Abstract
Ethylene epoxidation transpires with high ethylene oxide (EO) selectivity (∼90%) over promoted Ag/α-Al2O3 catalysts via the concurrent propagation of ethylene oxidation, chlorine deposition and removal, and EO degradation catalytic cycles with reactant and product species (C2H4, O2, CO2) involved in multiple reaction pathways. We resolve the interdependent kinetics of ethylene oxidation and chlorine deposition and removal catalytic cycles by measuring EO synthesis rates at constant chlorine coverages. The systematic variation in ethylene and oxygen reaction orders for ethylene epoxidation with chlorine coverage illustrates how organochloride promoters impact the kinetics of EO synthesis. EO degradation kinetics measured over promoted α-Al2O3 materials are not influenced by the chlorine promoter; however, EO degradation rates over α-Al2O3 can be as high as 3% of total EO formation rates and can contribute perceptibly to lowering net EO selectivity.

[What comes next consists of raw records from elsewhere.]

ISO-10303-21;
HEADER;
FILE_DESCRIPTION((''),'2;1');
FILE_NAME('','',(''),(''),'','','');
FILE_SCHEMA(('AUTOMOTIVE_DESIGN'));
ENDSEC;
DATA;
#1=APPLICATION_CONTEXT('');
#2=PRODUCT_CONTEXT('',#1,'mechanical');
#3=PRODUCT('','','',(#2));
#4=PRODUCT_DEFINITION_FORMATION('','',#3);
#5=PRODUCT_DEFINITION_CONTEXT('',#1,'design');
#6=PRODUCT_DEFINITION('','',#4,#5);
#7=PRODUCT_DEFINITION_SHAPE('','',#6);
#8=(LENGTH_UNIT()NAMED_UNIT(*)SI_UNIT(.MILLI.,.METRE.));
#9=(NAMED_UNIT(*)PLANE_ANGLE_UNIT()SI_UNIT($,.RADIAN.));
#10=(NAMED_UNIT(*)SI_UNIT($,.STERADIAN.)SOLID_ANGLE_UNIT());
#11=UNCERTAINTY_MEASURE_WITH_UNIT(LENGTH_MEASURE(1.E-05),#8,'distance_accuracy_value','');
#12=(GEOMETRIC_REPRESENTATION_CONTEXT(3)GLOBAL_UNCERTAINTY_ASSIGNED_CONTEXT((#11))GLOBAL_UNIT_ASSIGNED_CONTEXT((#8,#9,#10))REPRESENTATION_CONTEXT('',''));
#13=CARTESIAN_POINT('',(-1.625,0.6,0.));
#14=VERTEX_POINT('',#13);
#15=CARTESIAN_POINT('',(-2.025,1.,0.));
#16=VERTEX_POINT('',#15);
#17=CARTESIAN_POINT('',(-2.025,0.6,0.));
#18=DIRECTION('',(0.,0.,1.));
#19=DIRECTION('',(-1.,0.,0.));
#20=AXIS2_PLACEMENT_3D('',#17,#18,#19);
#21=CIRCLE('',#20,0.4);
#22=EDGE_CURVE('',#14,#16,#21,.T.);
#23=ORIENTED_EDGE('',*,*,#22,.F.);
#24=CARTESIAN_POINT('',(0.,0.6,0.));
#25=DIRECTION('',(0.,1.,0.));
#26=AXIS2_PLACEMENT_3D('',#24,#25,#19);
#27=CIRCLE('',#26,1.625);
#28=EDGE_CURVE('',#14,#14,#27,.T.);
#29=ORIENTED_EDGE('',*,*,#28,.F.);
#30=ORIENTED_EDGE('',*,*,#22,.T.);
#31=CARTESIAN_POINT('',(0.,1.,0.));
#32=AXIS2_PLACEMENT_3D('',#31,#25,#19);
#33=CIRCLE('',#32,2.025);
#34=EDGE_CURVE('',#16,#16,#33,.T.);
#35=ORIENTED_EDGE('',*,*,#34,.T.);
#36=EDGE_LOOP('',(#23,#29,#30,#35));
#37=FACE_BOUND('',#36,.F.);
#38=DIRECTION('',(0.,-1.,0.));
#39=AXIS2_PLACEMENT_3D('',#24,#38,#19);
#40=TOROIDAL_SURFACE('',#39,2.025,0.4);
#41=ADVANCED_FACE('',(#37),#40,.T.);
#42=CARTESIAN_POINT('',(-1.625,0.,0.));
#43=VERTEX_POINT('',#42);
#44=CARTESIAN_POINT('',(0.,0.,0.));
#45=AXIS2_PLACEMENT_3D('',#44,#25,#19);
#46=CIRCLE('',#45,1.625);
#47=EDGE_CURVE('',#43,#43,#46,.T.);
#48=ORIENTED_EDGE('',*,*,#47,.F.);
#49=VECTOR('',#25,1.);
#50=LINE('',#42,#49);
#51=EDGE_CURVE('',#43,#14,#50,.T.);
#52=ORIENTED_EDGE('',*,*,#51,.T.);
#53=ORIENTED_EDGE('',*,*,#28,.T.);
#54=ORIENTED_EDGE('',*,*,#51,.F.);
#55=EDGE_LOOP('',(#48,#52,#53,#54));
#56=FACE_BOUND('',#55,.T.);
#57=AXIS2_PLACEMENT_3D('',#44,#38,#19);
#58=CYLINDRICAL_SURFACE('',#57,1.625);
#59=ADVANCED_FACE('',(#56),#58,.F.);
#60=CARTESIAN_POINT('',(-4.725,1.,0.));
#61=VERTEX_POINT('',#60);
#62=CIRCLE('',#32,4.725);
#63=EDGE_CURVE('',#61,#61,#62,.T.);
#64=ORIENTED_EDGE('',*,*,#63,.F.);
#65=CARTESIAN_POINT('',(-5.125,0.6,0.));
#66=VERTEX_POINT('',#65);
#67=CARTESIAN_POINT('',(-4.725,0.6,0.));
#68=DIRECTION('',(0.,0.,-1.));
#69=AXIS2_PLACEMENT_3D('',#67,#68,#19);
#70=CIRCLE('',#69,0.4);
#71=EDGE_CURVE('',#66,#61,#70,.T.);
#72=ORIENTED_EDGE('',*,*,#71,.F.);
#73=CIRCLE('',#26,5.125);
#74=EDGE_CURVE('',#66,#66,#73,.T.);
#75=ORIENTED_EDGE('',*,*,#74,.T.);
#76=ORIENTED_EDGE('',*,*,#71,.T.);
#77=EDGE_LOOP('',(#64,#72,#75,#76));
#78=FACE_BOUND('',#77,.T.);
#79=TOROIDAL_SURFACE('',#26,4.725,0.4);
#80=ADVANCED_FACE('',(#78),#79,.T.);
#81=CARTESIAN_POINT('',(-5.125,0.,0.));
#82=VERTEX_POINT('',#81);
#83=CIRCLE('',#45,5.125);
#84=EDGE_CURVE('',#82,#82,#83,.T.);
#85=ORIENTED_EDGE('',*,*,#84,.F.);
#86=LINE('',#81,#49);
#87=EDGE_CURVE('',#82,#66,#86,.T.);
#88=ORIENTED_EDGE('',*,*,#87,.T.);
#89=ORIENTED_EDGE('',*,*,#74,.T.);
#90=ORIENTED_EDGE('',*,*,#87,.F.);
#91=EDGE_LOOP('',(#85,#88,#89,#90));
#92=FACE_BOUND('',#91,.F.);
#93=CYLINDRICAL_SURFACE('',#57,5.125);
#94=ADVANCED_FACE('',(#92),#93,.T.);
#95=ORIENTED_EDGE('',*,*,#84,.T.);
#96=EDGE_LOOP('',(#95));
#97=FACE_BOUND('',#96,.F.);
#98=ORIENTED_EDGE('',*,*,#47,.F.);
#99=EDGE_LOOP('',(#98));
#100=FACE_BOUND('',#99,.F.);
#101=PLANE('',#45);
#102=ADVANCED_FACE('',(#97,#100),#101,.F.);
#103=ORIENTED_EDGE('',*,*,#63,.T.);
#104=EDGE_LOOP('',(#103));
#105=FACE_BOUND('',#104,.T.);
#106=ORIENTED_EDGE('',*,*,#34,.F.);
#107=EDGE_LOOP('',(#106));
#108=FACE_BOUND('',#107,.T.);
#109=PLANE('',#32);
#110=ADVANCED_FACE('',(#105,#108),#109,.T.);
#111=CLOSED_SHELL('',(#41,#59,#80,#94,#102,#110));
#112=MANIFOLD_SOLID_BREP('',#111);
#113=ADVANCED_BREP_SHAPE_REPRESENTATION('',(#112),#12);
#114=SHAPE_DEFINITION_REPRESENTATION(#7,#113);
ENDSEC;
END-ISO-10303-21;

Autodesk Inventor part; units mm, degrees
ref_plane "YZ Plane" through (0, 0, 0) normal (1, 0, 0) x (0, 1, 0)
ref_plane "XZ Plane" through (0, 0, 0) normal (0, 1, 0) x (-1, 0, 0)
ref_plane "XY Plane" through (0, 0, 0) normal (0, 0, 1) x (1, 0, 0)
sketch "Esboço1" plane through (0, 0, 0) normal (0, 1, 0) x (-1, 0, 0)
  circle A0 centre (0, 0) radius 1.625
  circle A1 centre (0, 0) radius 5.125
  dimension "d0" = 3.25
  dimension "d1" = 10.25
extrude "Extrusão1" add sketch "Esboço1" along normal blind 1
fillet "Arredondamento1" radius 0.4 2 edges at (5.125, 1, 0) (1.625, 1, 0)
properties part number "ruela m3" material "Aço, carbono"
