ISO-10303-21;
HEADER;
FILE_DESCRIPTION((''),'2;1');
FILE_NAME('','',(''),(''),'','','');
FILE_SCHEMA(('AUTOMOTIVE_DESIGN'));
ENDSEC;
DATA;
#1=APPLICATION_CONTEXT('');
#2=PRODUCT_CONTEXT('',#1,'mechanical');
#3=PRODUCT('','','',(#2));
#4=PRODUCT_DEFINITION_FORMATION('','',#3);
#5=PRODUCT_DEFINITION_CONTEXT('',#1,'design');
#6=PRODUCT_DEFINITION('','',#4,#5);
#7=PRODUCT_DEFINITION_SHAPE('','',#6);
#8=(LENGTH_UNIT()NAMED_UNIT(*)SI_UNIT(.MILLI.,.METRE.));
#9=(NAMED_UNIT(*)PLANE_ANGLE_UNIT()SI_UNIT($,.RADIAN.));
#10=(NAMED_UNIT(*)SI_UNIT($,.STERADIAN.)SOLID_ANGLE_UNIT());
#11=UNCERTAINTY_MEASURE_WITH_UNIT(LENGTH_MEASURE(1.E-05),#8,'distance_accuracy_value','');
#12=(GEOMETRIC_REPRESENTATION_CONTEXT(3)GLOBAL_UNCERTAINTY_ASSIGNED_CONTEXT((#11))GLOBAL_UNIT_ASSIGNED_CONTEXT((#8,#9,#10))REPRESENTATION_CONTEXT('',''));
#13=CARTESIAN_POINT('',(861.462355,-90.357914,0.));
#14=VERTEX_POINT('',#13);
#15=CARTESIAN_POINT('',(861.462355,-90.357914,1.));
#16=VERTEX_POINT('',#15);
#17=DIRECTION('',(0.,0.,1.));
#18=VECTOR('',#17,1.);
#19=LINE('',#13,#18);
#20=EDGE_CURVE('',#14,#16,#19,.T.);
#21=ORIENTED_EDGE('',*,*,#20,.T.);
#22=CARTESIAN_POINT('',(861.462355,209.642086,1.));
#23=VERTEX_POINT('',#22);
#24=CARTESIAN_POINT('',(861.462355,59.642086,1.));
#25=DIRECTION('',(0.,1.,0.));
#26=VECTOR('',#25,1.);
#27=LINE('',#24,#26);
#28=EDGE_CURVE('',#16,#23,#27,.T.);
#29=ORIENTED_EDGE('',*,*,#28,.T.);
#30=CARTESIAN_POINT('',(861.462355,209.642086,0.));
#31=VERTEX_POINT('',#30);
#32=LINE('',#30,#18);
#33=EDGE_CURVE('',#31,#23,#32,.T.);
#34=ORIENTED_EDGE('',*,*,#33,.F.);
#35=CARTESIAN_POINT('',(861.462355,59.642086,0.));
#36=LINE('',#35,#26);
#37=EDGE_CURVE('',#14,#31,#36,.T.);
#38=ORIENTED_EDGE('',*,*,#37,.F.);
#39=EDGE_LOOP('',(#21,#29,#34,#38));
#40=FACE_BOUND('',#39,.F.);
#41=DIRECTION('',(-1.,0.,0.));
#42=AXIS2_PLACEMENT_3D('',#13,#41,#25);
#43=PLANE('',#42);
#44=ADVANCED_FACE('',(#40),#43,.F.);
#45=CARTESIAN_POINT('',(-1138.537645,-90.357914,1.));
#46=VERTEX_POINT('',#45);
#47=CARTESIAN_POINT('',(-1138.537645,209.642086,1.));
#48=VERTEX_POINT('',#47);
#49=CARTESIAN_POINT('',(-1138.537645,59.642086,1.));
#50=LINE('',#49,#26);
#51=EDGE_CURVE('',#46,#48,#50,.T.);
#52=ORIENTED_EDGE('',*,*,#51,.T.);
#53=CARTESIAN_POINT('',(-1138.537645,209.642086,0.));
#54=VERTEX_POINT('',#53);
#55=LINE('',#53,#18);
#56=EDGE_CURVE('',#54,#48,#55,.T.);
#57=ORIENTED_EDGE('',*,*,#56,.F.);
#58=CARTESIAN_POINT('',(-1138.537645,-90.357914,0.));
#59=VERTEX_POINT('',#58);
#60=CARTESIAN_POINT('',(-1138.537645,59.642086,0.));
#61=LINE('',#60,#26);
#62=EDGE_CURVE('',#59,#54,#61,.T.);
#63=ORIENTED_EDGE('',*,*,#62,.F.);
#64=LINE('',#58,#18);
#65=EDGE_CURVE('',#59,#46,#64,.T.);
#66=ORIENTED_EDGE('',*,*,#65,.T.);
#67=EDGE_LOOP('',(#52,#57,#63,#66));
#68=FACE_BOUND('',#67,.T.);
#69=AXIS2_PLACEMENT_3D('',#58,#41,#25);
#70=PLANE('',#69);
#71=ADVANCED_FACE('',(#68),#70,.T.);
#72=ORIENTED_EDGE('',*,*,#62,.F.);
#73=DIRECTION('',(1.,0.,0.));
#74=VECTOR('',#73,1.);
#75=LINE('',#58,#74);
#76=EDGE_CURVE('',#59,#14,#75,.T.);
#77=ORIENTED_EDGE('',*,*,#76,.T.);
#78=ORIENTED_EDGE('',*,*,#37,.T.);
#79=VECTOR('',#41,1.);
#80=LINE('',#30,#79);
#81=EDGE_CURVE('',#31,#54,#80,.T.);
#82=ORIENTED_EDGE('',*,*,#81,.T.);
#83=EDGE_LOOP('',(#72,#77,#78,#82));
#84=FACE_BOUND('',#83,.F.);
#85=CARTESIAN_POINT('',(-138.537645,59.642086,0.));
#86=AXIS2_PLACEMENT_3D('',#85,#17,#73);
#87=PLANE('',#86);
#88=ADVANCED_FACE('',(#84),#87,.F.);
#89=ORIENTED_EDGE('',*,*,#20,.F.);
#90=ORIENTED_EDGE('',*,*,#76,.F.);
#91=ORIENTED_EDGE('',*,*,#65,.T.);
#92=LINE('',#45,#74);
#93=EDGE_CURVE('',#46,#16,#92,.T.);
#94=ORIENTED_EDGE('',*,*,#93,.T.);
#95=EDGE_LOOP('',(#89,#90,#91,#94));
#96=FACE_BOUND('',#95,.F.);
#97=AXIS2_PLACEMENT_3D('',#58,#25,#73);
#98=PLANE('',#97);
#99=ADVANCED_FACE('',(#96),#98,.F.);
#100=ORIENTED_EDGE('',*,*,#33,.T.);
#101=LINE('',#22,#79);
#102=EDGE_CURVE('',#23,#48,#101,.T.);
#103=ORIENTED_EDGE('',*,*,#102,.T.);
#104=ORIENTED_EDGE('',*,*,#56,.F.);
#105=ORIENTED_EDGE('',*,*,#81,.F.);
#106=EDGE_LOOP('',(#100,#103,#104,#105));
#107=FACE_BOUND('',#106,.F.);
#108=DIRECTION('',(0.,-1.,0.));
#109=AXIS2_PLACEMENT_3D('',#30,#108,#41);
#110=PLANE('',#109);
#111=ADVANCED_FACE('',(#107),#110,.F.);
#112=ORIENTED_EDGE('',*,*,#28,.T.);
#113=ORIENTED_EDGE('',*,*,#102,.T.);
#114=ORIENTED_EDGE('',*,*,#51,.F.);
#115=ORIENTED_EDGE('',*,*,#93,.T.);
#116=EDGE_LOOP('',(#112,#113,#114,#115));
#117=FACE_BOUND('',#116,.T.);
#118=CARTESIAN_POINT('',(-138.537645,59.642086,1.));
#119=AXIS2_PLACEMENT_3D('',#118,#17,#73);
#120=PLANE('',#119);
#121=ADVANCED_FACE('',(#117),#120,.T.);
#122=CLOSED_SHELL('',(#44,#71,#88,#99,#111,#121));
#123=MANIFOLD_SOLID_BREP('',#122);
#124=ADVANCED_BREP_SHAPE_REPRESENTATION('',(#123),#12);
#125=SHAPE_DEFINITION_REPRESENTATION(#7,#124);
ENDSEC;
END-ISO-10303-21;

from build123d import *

# Parameters (mm, degrees)
F0_W     = 400
F0_H     = 300
F1_DEPTH = 1


with BuildPart() as f1:
    # F0 (on Top) → F1 (new body)
    with BuildSketch(Plane.XY):
        with Locations((-138.537645, 59.642086)):
            Rectangle(F0_W, F0_H)
        with Locations((-538.537645, 59.642086)):
            Rectangle(F0_W, F0_H)
        with Locations((261.462355, 59.642086)):
            Rectangle(F0_W, F0_H)
        with Locations((-938.537645, 59.642086)):
            Rectangle(F0_W, F0_H)
        with Locations((661.462355, 59.642086)):
            Rectangle(F0_W, F0_H)
    extrude(amount=F1_DEPTH)


solid = f1.part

We develop a reactor model that incorporates the kinetic interdependencies among the three catalytic sequences in terms of discernible changes in reaction orders for EO formation, chlorine coverage, and EO degradation rates across a packed bed and such a description, in turn, enables accurate predictions of the EO rate and selectivity over a wide range of process conditions.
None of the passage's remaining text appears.